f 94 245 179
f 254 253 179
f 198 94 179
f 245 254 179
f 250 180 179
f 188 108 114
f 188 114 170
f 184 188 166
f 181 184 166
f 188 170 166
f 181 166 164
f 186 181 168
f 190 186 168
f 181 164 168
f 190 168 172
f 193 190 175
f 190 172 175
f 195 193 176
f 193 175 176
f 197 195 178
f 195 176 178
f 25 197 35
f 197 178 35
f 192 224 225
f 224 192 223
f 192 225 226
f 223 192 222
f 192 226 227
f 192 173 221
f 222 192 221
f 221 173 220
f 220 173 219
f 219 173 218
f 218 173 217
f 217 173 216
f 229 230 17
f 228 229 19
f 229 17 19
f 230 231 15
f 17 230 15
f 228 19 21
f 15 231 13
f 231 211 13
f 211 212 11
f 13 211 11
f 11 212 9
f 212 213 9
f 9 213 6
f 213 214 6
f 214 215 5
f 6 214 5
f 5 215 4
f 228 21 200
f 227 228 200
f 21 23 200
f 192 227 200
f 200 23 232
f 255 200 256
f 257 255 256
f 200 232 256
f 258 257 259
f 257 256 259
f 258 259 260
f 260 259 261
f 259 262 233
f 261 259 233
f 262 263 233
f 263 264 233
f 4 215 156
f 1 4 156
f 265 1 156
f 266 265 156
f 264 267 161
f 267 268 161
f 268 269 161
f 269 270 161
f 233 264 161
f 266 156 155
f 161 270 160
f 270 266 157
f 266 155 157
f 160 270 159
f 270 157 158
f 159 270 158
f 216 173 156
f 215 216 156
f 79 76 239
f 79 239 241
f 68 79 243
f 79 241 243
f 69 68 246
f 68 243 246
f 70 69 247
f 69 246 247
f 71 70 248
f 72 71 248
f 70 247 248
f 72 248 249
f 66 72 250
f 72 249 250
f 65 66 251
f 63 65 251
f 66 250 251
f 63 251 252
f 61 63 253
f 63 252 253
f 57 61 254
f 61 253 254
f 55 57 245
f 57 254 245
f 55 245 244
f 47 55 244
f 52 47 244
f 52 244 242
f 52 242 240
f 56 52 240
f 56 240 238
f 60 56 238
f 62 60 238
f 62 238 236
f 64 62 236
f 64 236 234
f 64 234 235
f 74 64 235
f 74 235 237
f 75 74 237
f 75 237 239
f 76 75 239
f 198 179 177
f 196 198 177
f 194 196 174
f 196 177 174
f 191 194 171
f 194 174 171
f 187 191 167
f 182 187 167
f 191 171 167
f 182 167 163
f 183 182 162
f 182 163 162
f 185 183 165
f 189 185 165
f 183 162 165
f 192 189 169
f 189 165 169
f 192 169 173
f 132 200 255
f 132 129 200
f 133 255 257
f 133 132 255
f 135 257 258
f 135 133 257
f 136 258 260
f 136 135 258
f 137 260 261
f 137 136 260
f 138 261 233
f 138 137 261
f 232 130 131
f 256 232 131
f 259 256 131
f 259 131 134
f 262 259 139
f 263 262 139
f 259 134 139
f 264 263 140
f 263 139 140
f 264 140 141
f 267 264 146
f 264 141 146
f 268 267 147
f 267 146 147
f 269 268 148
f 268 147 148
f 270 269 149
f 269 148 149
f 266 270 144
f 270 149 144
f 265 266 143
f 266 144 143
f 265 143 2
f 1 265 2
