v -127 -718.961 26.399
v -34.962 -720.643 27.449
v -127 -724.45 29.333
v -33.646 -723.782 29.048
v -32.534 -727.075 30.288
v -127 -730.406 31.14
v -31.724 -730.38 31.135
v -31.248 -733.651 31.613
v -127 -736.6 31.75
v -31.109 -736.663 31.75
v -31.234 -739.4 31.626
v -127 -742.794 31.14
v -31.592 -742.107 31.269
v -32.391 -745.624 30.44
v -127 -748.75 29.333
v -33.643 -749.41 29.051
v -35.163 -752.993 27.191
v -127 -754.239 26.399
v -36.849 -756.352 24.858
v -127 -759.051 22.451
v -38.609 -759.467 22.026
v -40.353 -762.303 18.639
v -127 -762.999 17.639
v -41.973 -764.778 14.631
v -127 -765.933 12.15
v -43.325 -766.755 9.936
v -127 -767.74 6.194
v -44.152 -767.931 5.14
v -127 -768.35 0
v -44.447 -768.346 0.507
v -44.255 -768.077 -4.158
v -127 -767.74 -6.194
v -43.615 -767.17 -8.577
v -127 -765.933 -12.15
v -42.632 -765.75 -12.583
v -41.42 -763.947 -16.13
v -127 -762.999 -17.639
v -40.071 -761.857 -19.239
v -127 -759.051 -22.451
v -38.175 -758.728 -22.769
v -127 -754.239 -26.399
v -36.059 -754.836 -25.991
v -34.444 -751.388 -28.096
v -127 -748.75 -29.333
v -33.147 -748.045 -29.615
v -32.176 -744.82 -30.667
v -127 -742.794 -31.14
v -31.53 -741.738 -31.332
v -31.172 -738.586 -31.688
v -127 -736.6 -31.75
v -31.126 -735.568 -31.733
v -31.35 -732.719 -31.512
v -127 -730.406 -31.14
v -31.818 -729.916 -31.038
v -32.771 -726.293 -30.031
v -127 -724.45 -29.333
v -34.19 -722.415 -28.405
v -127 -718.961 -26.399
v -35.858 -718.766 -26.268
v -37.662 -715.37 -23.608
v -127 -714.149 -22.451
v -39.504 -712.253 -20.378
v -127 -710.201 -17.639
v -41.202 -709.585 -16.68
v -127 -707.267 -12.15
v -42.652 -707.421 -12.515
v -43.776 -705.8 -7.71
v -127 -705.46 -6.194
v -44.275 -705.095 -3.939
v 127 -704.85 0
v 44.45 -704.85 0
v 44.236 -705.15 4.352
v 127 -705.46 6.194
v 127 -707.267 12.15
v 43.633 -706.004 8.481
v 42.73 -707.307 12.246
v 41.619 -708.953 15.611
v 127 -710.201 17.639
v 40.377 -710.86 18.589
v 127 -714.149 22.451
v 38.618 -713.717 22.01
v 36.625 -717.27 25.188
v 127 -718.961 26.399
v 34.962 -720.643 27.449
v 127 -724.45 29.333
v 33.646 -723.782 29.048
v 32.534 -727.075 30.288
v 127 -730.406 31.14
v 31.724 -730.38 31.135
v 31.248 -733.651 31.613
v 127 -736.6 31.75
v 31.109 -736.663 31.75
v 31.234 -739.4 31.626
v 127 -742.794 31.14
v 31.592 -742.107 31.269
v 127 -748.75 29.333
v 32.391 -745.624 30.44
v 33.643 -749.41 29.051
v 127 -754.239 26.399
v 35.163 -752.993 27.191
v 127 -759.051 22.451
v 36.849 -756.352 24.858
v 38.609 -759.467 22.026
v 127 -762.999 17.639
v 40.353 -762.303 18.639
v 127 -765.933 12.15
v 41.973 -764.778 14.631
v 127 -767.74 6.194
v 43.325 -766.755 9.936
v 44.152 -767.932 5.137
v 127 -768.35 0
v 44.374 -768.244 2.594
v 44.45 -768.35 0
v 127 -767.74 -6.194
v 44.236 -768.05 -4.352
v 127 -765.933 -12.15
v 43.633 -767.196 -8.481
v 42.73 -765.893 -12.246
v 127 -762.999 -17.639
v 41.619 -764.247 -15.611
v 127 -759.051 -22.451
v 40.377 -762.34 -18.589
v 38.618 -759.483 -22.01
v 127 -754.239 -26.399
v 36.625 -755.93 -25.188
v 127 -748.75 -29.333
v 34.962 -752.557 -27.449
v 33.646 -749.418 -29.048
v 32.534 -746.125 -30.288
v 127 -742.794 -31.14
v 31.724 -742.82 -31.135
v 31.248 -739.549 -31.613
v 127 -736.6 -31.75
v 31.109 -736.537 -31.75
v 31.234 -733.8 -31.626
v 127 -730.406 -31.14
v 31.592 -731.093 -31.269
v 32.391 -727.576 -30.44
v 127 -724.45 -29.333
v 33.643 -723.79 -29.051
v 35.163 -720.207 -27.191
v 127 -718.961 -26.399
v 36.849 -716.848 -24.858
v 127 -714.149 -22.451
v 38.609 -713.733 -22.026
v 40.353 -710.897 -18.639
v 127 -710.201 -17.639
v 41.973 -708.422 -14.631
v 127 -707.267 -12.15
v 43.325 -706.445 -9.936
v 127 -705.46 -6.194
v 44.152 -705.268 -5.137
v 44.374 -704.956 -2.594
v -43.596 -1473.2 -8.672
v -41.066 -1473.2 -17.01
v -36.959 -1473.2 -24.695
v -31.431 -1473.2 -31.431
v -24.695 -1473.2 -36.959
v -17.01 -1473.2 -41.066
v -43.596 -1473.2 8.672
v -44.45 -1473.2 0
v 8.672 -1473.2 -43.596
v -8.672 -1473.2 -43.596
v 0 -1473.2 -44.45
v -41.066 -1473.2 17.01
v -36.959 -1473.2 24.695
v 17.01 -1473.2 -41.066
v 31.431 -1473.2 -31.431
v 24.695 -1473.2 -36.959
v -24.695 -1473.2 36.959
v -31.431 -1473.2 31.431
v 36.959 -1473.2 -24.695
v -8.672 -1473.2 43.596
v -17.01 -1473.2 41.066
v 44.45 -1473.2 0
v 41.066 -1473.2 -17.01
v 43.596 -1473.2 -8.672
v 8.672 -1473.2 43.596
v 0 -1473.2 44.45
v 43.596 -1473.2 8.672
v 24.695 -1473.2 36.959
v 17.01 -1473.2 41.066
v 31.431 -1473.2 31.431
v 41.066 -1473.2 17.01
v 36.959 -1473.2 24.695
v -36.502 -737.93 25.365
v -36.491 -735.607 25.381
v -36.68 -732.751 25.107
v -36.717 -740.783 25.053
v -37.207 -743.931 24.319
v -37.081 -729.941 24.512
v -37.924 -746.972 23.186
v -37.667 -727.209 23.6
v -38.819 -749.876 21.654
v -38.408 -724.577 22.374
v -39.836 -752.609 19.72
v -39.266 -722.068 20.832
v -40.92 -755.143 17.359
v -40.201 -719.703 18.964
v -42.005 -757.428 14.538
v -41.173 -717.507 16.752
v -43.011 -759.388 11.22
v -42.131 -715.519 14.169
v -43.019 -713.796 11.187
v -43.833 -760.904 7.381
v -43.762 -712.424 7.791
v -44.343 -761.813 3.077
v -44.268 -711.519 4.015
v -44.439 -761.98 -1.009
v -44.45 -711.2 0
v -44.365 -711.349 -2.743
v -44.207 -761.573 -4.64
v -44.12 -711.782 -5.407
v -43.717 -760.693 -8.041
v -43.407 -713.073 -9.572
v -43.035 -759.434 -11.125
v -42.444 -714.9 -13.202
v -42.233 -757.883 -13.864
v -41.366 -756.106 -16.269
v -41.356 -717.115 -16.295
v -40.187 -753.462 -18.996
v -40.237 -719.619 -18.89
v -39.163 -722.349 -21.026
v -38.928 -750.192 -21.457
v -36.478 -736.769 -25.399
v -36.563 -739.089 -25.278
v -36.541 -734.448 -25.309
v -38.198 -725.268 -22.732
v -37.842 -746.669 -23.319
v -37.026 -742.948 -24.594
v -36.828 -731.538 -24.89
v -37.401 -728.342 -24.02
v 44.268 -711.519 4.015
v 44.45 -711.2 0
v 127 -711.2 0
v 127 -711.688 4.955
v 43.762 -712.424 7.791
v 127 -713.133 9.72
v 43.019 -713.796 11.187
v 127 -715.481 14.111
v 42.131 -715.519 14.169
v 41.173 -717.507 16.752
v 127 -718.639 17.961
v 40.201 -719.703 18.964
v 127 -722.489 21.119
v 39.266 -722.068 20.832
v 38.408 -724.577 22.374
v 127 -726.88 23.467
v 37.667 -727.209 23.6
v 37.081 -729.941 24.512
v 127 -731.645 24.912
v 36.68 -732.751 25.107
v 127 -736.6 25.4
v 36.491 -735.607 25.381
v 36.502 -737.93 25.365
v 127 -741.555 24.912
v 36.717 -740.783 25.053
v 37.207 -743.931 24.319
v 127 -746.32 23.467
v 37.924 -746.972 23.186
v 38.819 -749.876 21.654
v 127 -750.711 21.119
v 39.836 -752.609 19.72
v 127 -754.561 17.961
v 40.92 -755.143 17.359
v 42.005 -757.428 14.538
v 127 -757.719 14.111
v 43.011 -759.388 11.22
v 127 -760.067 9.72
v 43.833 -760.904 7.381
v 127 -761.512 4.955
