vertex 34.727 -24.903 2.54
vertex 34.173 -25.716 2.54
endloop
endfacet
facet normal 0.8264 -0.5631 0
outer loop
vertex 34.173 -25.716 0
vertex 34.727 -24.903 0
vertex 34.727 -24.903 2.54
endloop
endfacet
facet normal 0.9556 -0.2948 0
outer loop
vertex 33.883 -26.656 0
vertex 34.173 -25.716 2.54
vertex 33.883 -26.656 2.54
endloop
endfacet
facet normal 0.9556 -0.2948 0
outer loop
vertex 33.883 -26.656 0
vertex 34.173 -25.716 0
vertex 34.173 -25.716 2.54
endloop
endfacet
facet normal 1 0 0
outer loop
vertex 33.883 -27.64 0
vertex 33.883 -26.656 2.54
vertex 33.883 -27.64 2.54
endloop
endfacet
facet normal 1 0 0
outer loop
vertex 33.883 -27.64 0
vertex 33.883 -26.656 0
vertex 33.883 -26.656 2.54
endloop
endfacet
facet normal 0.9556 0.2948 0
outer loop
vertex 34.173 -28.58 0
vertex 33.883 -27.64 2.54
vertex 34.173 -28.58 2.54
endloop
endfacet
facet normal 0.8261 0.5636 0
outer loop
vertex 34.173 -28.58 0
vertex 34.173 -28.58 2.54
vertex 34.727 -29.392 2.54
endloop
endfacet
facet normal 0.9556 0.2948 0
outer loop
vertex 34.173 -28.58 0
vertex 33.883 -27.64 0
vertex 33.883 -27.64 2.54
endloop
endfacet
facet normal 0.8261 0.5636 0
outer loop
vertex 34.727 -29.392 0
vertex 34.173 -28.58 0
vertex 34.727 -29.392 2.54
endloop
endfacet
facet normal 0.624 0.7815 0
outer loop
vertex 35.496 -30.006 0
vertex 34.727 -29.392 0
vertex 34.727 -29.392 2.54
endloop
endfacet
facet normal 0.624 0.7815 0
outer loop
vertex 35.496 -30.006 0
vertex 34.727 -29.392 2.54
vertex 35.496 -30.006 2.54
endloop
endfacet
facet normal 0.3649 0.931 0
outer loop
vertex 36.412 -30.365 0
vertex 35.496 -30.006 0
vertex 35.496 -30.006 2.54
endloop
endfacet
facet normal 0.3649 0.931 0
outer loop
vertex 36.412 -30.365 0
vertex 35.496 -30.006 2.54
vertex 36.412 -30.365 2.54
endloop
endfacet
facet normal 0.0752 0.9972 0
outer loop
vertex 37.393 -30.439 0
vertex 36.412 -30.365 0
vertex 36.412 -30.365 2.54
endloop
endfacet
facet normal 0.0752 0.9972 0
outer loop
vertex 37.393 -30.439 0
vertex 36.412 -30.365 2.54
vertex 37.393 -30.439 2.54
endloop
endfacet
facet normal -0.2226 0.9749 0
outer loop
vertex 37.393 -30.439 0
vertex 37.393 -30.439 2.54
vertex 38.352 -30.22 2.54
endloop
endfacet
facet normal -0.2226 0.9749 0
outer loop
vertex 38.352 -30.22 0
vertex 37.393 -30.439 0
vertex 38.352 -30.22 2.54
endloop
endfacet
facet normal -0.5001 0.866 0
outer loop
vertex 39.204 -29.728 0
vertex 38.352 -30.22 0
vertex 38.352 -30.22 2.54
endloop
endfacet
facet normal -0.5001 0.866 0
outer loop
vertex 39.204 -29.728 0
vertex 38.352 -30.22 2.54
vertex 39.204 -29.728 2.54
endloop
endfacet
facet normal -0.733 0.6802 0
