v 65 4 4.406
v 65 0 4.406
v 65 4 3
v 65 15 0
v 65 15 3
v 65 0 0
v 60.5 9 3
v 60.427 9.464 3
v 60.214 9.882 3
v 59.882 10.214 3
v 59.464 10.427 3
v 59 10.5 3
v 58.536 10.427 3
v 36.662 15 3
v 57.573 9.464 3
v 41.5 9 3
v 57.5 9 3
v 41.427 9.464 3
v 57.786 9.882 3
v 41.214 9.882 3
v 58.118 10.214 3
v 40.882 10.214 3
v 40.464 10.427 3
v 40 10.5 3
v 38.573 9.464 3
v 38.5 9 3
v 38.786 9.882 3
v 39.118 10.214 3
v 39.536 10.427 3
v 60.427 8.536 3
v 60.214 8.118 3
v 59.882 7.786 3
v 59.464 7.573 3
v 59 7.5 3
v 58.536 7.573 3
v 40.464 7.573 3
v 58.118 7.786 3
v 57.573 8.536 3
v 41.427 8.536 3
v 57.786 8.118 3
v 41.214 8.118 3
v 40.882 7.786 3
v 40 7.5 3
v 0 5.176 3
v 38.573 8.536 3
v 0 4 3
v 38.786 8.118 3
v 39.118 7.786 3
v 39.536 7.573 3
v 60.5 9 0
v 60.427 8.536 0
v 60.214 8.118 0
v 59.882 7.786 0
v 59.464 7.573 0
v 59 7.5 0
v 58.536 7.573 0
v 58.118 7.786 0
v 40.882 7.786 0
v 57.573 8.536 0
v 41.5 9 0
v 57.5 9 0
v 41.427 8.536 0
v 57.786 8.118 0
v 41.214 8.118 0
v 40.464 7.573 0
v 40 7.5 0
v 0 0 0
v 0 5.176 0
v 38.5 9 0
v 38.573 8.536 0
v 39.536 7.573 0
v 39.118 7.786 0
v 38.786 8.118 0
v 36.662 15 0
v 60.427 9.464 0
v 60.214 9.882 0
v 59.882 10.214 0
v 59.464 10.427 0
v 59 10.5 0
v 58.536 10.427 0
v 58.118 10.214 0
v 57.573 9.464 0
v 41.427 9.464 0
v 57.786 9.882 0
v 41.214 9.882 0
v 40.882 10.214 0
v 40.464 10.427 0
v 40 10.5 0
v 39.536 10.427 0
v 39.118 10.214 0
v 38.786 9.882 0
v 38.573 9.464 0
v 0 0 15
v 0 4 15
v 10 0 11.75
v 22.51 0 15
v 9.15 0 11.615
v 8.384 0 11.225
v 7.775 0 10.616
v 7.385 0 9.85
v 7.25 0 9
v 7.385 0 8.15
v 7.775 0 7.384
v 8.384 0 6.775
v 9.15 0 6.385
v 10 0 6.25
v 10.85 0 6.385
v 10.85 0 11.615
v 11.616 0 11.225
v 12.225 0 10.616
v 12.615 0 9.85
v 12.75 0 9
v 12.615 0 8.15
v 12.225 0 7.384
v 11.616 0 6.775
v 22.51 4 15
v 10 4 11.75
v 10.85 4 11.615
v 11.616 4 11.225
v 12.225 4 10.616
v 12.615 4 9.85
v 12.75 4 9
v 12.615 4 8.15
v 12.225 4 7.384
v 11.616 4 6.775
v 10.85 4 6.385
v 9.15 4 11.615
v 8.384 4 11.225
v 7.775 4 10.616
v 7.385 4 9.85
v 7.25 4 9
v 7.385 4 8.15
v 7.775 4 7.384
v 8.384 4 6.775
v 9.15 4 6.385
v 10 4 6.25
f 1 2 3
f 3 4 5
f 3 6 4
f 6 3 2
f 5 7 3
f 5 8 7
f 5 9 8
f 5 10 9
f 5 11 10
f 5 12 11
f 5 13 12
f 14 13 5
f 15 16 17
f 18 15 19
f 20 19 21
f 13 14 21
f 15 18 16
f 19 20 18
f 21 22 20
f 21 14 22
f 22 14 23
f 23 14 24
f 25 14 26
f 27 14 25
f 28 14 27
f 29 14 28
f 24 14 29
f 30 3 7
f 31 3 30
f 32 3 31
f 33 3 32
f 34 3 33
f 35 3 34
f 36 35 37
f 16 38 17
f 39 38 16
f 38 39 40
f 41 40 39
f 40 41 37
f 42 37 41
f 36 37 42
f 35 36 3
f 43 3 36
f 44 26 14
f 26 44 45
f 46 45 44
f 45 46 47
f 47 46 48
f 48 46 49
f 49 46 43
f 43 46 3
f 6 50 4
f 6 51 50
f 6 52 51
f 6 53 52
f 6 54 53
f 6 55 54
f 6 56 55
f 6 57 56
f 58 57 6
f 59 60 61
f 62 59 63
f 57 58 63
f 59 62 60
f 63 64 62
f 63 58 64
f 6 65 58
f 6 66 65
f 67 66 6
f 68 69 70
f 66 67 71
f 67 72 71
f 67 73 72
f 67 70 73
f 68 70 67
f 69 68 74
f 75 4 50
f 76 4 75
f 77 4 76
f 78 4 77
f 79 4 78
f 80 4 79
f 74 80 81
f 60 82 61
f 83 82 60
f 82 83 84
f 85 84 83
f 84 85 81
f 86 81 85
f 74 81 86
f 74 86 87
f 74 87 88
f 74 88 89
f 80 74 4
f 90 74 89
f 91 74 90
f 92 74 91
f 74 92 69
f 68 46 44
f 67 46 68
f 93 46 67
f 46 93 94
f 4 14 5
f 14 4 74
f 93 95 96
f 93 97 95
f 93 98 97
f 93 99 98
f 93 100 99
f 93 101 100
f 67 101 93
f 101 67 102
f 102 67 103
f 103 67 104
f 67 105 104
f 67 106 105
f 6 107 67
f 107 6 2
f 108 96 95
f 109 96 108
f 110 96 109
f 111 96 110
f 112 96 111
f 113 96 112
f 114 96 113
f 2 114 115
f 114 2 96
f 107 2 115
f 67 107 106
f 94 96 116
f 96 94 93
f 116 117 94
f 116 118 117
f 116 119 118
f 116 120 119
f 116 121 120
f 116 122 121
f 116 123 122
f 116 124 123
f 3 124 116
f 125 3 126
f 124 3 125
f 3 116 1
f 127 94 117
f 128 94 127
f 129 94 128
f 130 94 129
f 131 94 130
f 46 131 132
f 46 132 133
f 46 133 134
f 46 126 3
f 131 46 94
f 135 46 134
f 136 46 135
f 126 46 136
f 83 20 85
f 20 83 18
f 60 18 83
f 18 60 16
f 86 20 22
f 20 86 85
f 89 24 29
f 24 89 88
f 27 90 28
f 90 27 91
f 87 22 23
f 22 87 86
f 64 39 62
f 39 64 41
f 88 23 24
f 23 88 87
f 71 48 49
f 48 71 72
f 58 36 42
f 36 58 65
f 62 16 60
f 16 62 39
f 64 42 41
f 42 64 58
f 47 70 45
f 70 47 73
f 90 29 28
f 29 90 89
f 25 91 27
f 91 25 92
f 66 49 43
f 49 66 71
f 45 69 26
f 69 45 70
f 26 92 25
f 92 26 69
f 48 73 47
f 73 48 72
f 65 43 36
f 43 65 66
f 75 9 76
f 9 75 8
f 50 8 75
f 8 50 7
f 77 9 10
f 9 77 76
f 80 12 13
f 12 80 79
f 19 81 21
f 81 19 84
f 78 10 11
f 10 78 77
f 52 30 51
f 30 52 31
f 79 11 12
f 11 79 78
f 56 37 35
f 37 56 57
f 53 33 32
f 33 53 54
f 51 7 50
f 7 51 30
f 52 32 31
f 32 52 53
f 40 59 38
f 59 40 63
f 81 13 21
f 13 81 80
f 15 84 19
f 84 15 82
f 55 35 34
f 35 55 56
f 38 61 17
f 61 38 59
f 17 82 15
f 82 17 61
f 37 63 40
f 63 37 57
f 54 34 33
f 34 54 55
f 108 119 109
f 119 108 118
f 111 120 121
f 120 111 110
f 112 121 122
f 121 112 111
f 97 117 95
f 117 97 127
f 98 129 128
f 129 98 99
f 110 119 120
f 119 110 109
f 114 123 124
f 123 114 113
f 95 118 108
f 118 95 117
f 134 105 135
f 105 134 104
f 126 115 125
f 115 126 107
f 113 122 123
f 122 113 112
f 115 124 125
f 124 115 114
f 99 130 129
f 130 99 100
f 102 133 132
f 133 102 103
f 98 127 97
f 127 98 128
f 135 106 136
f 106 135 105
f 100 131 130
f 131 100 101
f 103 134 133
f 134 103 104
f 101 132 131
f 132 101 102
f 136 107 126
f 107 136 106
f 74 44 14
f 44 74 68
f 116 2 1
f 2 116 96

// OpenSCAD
difference(){
    union(){  
        cube([65,15,3]);
        cube([65,4,15]);
    }
    translate([55-15,9,0]){
        cylinder(3.3, d=3, $fn=20);
    }
    translate([55+19-15,9,0]){
        cylinder(3.3, d=3, $fn=20);
    }
    rotate([90,0,0]){
        translate([10,9,-4]){
            cylinder(5, d=5.5, $fn=20);
        }
    }
    rotate([0,0,15]){
        translate([0,5,0]){
            cube([100,19.5,3]);
        }
    }
    rotate([0,14,0]){
        translate([17,0,20]){
            cube([100,4,20]);
        }
    }
}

================================

Work to complete | In the listing above, locate the line with "f 70 69 247" and the line with "v -40.071 -761.857 -19.239", then extract exactly those lines and every line between them, and nothing more.

Answer |
f 70 69 247
f 69 246 247
f 71 70 248
f 72 71 248
f 70 247 248
f 72 248 249
f 66 72 250
f 72 249 250
f 65 66 251
f 63 65 251
f 66 250 251
f 63 251 252
f 61 63 253
f 63 252 253
f 57 61 254
f 61 253 254
f 55 57 245
f 57 254 245
f 55 245 244
f 47 55 244
f 52 47 244
f 52 244 242
f 52 242 240
f 56 52 240
f 56 240 238
f 60 56 238
f 62 60 238
f 62 238 236
f 64 62 236
f 64 236 234
f 64 234 235
f 74 64 235
f 74 235 237
f 75 74 237
f 75 237 239
f 76 75 239
f 198 179 177
f 196 198 177
f 194 196 174
f 196 177 174
f 191 194 171
f 194 174 171
f 187 191 167
f 182 187 167
f 191 171 167
f 182 167 163
f 183 182 162
f 182 163 162
f 185 183 165
f 189 185 165
f 183 162 165
f 192 189 169
f 189 165 169
f 192 169 173
f 132 200 255
f 132 129 200
f 133 255 257
f 133 132 255
f 135 257 258
f 135 133 257
f 136 258 260
f 136 135 258
f 137 260 261
f 137 136 260
f 138 261 233
f 138 137 261
f 232 130 131
f 256 232 131
f 259 256 131
f 259 131 134
f 262 259 139
f 263 262 139
f 259 134 139
f 264 263 140
f 263 139 140
f 264 140 141
f 267 264 146
f 264 141 146
f 268 267 147
f 267 146 147
f 269 268 148
f 268 147 148
f 270 269 149
f 269 148 149
f 266 270 144
f 270 149 144
f 265 266 143
f 266 144 143
f 265 143 2
f 1 265 2
v -127 -718.961 26.399
v -34.962 -720.643 27.449
v -127 -724.45 29.333
v -33.646 -723.782 29.048
v -32.534 -727.075 30.288
v -127 -730.406 31.14
v -31.724 -730.38 31.135
v -31.248 -733.651 31.613
v -127 -736.6 31.75
v -31.109 -736.663 31.75
v -31.234 -739.4 31.626
v -127 -742.794 31.14
v -31.592 -742.107 31.269
v -32.391 -745.624 30.44
v -127 -748.75 29.333
v -33.643 -749.41 29.051
v -35.163 -752.993 27.191
v -127 -754.239 26.399
v -36.849 -756.352 24.858
v -127 -759.051 22.451
v -38.609 -759.467 22.026
v -40.353 -762.303 18.639
v -127 -762.999 17.639
v -41.973 -764.778 14.631
v -127 -765.933 12.15
v -43.325 -766.755 9.936
v -127 -767.74 6.194
v -44.152 -767.931 5.14
v -127 -768.35 0
v -44.447 -768.346 0.507
v -44.255 -768.077 -4.158
v -127 -767.74 -6.194
v -43.615 -767.17 -8.577
v -127 -765.933 -12.15
v -42.632 -765.75 -12.583
v -41.42 -763.947 -16.13
v -127 -762.999 -17.639
v -40.071 -761.857 -19.239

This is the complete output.